El hombre levantó los ojos hacia la imponente mole de la fortaleza, un completo y casi feo contraste con la colorida actividad que envolvía como una marea sus muros. Aunque carecía de pruebas para apoyar su intuición, se sentía firmemente convencido de que Índigo conocía Carn Caille, aunque cómo era que lo conocía era una pregunta que él no podía contestar. ¿Habría vivido entre sus paredes como la hija, quizá, de un sirviente real? ¿O había visitado sencillamente la fortaleza en algún momento de su vida, tal vez para asistir a una reunión como la de hoy? Las posibilidades llenaban a Vinar de una desconcertante mezcla de esperanza y temor: la esperanza de que el rostro de Índigo fuera conocido y recordado en Carn Caille, unida al temor de cualquiera que fuera el secreto o la tragedia que la hubiera alejado de allí para buscar una nueva vida.
Se encontraban ya en medio de la muchedumbre, y la carretera había desaparecido a excepción de un sendero apenas señalado que conducía a las abiertas puertas de la fortaleza. A través de estas puertas, Vinar pudo ver una apretujada multitud, y una especie de cola que parecía aguardar frente a unas puertas dobles que, presumiblemente, conducían al gran salón de Carn Caille y a presencia del rey. Índigo se había desviado a un lado para examinar un puesto que vendía pieles curtidas y objetos de cuero; la vendedora, una mujer gorda, intentaba interesarla en un cinturón repujado y unos zapatos de piel blanda. Vinar fue tras ella y le tocó el hombro.
—Índigo; hay mucha gente esperando para ver al rey. Será mejor que no nos retrasemos si queremos tener nuestra oportunidad.
Ella se volvió, sonriendo, pero no demasiado interesada, pensó él.
—No tardaré. Sólo quiero echar una mirada a esto.
Vinar sintió una cierta inquietud. Era como si ella no quisiera en realidad llevar a cabo esto.
Y eso había dicho: «No quiero».
—Índigo. —Volvió a tocarle el hombro—. Quédate aquí. Espera un minuto o dos, ¿de acuerdo? Iré a ver qué hay que hacer, y volveré a buscarte.

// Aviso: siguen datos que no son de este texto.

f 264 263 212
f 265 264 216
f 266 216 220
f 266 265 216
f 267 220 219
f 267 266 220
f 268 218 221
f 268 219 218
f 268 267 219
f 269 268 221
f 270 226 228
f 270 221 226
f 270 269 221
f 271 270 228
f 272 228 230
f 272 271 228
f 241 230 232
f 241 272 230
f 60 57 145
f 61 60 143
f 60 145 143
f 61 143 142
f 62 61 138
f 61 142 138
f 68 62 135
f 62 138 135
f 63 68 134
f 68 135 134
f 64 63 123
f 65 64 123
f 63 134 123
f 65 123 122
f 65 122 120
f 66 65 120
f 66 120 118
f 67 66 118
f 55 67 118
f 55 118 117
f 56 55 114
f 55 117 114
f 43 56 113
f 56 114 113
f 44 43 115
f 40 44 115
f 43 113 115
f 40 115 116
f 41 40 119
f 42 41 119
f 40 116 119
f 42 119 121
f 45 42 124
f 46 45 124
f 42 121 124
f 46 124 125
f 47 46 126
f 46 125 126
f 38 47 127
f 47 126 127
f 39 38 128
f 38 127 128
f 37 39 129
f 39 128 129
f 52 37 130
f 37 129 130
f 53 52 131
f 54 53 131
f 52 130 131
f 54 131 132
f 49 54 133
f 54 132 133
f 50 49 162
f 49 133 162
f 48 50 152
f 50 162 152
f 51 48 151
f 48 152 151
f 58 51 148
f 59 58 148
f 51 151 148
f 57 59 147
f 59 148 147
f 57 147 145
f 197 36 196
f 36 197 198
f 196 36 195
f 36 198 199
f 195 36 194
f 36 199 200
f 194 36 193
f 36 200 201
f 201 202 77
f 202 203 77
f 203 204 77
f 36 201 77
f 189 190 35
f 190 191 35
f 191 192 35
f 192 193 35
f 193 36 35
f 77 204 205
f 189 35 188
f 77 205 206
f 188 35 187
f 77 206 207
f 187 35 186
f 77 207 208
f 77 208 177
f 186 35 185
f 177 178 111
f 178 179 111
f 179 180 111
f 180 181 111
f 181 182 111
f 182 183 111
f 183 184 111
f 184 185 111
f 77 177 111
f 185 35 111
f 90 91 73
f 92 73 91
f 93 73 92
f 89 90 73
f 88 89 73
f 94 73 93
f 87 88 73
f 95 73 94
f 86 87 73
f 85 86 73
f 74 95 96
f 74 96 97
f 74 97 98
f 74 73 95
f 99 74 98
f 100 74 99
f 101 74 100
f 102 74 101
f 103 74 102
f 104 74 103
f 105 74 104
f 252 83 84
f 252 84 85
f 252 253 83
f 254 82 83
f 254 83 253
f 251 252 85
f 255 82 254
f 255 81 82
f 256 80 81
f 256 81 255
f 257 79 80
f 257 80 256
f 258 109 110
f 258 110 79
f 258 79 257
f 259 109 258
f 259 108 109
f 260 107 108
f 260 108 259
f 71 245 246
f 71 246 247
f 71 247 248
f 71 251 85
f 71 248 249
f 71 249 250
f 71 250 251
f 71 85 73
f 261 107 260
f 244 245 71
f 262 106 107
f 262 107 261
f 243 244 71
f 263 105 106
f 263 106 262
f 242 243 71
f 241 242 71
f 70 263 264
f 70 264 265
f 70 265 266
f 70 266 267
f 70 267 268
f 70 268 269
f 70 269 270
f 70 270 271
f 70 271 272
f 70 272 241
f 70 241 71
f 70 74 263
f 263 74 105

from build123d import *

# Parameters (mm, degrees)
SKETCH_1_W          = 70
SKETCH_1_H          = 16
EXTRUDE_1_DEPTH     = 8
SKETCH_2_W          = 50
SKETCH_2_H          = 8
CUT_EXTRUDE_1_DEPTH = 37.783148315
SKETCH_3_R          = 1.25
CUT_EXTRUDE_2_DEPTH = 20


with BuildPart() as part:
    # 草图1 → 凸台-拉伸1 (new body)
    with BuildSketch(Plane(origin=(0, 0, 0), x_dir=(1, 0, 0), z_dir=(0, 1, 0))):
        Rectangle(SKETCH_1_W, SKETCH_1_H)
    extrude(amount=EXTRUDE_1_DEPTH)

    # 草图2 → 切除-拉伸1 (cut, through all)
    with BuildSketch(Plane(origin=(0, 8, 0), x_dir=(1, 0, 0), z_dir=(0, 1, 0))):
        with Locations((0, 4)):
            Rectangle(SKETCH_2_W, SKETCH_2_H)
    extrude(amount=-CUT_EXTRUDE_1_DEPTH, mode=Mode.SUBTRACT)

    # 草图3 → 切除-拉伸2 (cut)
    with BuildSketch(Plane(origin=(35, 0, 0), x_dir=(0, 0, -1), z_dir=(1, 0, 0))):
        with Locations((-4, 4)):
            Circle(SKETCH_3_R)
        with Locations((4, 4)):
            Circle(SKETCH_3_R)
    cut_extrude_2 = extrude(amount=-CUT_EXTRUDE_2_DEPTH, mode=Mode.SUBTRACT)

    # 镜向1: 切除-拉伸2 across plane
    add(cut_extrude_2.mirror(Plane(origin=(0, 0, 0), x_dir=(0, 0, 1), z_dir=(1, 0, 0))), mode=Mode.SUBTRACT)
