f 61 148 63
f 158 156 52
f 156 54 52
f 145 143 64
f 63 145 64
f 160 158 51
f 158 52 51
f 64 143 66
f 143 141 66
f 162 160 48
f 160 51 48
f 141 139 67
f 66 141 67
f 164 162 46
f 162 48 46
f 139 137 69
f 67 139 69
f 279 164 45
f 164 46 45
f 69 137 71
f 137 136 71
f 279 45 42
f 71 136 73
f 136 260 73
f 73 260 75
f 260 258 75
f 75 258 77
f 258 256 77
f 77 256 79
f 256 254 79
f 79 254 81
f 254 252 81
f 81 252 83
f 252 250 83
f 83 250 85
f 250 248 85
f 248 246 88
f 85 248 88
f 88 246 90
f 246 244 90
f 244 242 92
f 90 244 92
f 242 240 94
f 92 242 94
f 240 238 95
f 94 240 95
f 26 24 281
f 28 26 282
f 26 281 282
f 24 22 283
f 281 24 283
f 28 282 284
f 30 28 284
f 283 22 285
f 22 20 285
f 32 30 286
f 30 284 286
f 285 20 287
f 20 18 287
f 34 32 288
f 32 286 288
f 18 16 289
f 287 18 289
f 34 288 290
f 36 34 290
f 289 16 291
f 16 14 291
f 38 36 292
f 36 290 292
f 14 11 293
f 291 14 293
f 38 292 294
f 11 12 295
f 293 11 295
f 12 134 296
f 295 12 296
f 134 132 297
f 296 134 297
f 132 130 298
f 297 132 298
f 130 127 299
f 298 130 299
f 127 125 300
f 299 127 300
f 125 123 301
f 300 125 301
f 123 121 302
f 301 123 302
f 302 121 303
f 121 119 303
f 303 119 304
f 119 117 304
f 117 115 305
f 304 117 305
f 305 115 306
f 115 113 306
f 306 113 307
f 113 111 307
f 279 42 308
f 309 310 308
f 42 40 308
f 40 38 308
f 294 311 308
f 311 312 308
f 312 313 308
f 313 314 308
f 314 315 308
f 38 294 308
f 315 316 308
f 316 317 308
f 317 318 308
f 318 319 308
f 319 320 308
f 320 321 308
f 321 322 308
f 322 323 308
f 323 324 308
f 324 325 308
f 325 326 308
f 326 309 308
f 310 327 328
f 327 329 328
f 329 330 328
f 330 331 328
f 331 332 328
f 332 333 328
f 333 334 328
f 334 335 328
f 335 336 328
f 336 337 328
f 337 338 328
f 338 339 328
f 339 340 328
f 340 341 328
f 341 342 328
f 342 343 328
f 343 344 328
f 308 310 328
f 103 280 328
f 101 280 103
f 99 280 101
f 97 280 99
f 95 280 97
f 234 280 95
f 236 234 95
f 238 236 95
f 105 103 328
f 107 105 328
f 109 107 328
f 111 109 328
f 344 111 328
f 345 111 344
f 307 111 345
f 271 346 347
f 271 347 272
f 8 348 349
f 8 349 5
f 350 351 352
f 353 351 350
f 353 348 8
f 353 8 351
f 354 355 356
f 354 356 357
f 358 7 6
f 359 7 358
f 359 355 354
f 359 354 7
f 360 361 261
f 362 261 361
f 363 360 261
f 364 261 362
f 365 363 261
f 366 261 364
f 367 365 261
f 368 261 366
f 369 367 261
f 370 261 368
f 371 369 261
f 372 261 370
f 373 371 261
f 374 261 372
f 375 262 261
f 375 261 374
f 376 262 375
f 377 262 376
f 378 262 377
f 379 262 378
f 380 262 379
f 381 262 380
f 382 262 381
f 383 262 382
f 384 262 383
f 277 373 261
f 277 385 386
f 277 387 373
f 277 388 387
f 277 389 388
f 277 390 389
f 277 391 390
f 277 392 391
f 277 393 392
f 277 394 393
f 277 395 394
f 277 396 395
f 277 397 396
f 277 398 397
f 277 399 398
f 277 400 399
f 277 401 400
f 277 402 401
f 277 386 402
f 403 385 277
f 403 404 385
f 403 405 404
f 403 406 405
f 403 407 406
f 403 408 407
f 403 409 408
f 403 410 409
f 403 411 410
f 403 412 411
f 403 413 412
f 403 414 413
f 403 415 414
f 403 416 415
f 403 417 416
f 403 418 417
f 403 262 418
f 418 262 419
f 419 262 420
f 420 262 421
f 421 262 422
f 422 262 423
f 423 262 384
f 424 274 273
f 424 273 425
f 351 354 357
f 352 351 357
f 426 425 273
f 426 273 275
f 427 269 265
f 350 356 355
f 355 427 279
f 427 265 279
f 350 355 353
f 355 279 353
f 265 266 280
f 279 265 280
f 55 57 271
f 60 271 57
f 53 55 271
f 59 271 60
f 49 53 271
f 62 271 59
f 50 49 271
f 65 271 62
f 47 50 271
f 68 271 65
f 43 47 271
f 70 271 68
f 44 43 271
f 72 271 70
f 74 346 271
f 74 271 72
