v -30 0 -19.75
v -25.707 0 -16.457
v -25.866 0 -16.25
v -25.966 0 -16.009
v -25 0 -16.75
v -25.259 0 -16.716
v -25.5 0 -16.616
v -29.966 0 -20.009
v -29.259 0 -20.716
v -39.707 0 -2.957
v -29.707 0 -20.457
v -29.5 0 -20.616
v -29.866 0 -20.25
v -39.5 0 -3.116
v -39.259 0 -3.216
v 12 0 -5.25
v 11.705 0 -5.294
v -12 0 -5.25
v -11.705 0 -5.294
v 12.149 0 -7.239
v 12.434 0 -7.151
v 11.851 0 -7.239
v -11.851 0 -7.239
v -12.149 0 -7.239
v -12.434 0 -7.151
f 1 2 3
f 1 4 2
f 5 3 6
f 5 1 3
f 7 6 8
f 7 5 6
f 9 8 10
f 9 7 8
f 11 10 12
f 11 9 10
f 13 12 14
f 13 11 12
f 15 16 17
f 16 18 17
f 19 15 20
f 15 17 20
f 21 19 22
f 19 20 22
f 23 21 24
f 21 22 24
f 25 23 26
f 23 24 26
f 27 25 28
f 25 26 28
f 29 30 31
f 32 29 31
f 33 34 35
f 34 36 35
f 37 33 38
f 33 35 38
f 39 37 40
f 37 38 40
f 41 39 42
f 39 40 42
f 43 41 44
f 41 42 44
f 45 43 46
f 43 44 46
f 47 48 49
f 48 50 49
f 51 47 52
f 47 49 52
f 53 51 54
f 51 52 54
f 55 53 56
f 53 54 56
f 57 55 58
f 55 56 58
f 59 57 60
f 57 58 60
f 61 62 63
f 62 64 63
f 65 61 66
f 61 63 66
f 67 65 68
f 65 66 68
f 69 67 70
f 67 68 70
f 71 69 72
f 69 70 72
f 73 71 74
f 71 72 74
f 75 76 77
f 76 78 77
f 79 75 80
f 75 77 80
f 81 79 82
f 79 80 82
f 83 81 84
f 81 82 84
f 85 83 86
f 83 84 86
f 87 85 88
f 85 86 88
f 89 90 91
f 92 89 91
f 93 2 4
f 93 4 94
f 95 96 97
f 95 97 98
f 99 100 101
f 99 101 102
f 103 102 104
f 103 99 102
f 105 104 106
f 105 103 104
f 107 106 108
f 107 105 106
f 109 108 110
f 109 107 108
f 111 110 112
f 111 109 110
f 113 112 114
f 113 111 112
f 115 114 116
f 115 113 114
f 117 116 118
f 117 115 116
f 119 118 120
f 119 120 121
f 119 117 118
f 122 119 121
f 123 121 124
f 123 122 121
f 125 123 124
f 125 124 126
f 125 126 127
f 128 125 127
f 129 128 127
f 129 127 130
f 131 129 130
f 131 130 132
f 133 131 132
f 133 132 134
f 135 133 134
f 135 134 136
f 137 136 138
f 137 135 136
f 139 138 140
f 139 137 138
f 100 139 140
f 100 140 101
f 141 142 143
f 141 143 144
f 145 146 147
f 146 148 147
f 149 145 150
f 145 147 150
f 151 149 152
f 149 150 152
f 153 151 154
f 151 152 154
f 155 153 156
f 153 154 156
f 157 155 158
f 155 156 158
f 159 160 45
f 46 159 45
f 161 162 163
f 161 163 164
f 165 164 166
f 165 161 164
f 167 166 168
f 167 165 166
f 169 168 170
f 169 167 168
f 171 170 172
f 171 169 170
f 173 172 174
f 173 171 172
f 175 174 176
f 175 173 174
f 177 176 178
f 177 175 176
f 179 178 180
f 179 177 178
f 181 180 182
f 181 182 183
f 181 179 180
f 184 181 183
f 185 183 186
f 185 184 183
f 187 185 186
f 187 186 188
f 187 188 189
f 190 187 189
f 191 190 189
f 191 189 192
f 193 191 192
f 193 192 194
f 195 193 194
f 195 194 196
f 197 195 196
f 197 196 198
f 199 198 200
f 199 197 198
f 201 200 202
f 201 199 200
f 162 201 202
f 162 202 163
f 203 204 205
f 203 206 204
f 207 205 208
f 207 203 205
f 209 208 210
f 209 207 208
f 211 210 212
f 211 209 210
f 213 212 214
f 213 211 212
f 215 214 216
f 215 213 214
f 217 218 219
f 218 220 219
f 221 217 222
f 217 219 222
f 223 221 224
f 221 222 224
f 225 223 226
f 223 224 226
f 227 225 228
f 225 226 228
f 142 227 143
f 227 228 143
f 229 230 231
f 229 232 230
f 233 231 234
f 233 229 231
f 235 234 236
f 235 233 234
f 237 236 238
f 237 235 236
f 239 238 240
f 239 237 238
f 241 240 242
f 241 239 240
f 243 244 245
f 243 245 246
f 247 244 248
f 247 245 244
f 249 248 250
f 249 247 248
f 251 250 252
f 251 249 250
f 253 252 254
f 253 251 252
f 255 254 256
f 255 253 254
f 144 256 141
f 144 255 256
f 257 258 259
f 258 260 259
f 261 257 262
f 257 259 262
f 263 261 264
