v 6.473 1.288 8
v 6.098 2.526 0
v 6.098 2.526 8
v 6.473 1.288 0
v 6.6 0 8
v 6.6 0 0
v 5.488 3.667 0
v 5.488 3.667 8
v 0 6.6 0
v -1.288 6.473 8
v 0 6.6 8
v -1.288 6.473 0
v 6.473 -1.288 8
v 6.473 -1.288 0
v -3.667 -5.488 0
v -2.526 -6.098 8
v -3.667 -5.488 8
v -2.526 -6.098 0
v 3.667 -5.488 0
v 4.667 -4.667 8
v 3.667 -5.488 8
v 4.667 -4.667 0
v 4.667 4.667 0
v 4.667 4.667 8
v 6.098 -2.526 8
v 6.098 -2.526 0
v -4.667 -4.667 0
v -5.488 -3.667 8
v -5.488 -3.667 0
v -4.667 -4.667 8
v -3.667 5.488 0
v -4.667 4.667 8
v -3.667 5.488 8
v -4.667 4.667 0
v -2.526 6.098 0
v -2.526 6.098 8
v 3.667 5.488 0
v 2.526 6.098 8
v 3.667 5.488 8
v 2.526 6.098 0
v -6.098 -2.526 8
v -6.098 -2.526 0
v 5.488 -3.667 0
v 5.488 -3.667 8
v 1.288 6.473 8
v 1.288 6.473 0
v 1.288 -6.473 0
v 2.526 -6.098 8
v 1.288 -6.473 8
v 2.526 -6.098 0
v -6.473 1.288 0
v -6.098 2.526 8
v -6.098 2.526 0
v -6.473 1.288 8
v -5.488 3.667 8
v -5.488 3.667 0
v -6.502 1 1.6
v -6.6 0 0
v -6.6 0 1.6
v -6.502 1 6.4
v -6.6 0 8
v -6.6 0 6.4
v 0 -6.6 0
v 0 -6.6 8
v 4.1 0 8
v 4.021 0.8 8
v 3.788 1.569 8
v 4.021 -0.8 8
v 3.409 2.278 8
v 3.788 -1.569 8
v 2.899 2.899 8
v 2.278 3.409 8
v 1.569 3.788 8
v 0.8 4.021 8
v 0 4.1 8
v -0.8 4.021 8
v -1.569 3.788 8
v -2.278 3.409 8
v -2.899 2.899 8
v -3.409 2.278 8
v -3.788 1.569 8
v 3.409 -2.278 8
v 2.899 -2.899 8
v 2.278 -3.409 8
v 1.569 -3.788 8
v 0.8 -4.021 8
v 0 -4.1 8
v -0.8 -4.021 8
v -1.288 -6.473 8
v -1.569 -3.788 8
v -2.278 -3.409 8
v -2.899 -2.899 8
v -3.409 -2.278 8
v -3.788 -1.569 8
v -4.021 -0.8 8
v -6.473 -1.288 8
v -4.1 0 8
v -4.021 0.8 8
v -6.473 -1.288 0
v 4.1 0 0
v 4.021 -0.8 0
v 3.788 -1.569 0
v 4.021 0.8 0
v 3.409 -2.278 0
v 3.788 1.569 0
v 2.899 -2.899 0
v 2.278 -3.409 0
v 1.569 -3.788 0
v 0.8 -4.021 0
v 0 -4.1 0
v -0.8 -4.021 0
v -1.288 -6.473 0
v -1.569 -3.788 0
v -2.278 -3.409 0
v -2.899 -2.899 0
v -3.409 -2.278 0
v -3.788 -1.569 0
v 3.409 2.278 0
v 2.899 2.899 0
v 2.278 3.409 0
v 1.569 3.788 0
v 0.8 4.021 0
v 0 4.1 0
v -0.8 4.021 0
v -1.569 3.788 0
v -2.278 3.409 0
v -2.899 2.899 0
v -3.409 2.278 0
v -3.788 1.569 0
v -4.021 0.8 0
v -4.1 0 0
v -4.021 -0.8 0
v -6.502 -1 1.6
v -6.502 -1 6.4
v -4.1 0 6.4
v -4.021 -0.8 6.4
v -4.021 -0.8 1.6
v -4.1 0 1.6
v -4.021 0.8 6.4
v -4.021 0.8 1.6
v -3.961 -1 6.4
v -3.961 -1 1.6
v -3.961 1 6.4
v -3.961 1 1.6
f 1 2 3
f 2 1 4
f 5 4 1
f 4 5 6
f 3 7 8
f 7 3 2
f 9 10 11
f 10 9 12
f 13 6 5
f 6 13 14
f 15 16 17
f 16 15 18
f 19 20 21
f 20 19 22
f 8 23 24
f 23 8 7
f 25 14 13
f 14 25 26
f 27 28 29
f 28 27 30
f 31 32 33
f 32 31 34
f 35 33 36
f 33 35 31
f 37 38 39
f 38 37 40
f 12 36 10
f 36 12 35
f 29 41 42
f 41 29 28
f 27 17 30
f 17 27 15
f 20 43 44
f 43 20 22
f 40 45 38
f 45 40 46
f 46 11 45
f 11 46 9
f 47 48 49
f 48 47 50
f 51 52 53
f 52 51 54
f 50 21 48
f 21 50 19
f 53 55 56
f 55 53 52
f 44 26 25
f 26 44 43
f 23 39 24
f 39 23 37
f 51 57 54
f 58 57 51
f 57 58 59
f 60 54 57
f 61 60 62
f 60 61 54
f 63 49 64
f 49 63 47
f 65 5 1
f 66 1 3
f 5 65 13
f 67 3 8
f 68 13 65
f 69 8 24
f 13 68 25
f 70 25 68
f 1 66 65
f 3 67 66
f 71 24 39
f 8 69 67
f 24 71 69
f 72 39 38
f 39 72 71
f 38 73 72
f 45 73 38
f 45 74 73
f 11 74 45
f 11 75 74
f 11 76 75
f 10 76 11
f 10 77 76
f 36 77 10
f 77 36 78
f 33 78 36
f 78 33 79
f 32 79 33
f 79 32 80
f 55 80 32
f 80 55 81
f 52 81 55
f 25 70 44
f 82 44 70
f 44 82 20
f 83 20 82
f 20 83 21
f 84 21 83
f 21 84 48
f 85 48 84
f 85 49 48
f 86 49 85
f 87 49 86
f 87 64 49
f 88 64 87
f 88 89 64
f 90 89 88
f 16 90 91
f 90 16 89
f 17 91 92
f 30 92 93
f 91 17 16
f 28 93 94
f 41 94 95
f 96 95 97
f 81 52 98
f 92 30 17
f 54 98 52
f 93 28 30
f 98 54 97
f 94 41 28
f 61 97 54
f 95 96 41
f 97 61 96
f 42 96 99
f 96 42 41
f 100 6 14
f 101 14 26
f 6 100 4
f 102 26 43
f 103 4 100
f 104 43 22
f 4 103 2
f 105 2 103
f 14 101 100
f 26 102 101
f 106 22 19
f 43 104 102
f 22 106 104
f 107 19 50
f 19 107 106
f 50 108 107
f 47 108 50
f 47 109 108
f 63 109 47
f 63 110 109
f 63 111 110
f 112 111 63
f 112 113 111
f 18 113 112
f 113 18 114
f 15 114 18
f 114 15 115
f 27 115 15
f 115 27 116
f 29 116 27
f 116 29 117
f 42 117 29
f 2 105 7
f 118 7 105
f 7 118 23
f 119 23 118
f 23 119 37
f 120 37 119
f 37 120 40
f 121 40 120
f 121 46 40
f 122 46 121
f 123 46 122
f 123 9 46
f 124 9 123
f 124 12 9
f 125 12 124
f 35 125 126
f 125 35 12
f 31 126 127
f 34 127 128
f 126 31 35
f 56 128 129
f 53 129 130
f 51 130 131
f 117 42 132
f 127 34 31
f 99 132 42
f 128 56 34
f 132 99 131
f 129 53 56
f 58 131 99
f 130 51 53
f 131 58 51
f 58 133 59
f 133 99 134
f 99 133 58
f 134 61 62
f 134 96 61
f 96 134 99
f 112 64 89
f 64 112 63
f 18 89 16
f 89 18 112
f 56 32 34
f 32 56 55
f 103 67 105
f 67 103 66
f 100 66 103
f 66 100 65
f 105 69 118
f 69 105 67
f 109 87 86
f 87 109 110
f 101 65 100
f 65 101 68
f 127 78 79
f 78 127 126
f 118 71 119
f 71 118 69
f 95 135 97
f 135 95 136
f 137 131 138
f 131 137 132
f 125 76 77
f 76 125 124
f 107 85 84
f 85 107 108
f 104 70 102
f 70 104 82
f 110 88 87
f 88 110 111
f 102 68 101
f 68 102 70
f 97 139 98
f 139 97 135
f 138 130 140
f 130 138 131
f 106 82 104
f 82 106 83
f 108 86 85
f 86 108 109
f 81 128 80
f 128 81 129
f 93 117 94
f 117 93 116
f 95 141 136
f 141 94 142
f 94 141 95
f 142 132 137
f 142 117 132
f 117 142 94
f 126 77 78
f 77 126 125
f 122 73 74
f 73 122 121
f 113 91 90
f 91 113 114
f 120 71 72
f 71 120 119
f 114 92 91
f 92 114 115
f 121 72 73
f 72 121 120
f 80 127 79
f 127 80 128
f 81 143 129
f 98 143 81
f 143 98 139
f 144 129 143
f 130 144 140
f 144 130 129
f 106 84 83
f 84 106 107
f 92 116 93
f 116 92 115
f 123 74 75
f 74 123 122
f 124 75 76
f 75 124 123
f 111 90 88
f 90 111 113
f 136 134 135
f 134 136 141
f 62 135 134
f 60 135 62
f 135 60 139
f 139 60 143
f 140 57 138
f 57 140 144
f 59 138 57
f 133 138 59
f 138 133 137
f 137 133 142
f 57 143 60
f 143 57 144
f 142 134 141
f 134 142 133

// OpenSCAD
$fn = 32;

// ----------------------------------------------------------------------
// Spacer sleeve: 13.2 / 8.2 x 8 mm
// ----------------------------------------------------------------------

// --- parameters (mm) ---
outer_d = 13.2;           // outside diameter
inner_d = 8.2;            // shaft bore
length = 8;               // sleeve length
slot_w = 2;               // clamp slot width
slot_len = 4.8;           // clamp slot length

module sleeve() {
  cylinder(h = length, d = outer_d);
}

difference() {
  sleeve();
  translate([0, 0, -1]) cylinder(h = length + 2, d = inner_d);
  translate([-outer_d / 2 - 1, -slot_w / 2, length / 2 - slot_len / 2]) cube([outer_d / 2 + 1, slot_w, slot_len]);
}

—De acuerdo, sí. —Se volvió inmediatamente hacia el puesto otra vez, y él no creyó que hubiera escuchado realmente sus palabras. Por un momento Vinar contempló su espalda dubitativo, antes de alejarse a grandes zancadas en dirección a las puertas de Carn Caille.
La entrada tenía centinelas, pero parecía como si los hombres armados estuvieran allí sólo para cubrir las apariencias, ya que la gente pasaba arriba y abajo sin que los detuvieran. Vinar aminoró el paso al acercarse, buscando a alguien que pudiera decirle qué debía hacer quien deseara acudir a la audiencia pública, y seguía allí mirando a su alrededor indeciso cuando una voz junto a su codo lo sobresaltó.
—¡Patapim-patapam! —Algo le golpeó con suavidad el brazo y, cuando giró sobre sí mismo, vio al bufón que danzaba a un paso de distancia. El payaso agitó su bastón cubierto de cintas y sonrió—. ¡Y un día feliz para ti, buen señor! —Luego abandonó su cómica expresión—. Pareces un alma en pena, si me permites que lo diga. ¿Puedo servirte de ayuda?
Vinar se sosegó y devolvió la sonrisa.
—Bueno... a lo mejor puedes, creo. Quiero ver al rey, pero no sé cómo hacerlo.
El bufón enarcó una pintarrajeada ceja.
—No eres el único que lo desea. —Una pausa—. Eres scorvio, ¿verdad?
—¿Tan evidente es? —Vinar lanzó una carcajada—. Creía que había conseguido pasar por isleño.
—¡No con ese acento, te lo aseguro! Pero, hablando en serio, no es sólo la voz. Poseo un talento para descubrir los orígenes de las personas. Es útil en mi auténtico trabajo, y aquí recibimos visitantes de todas partes del mundo.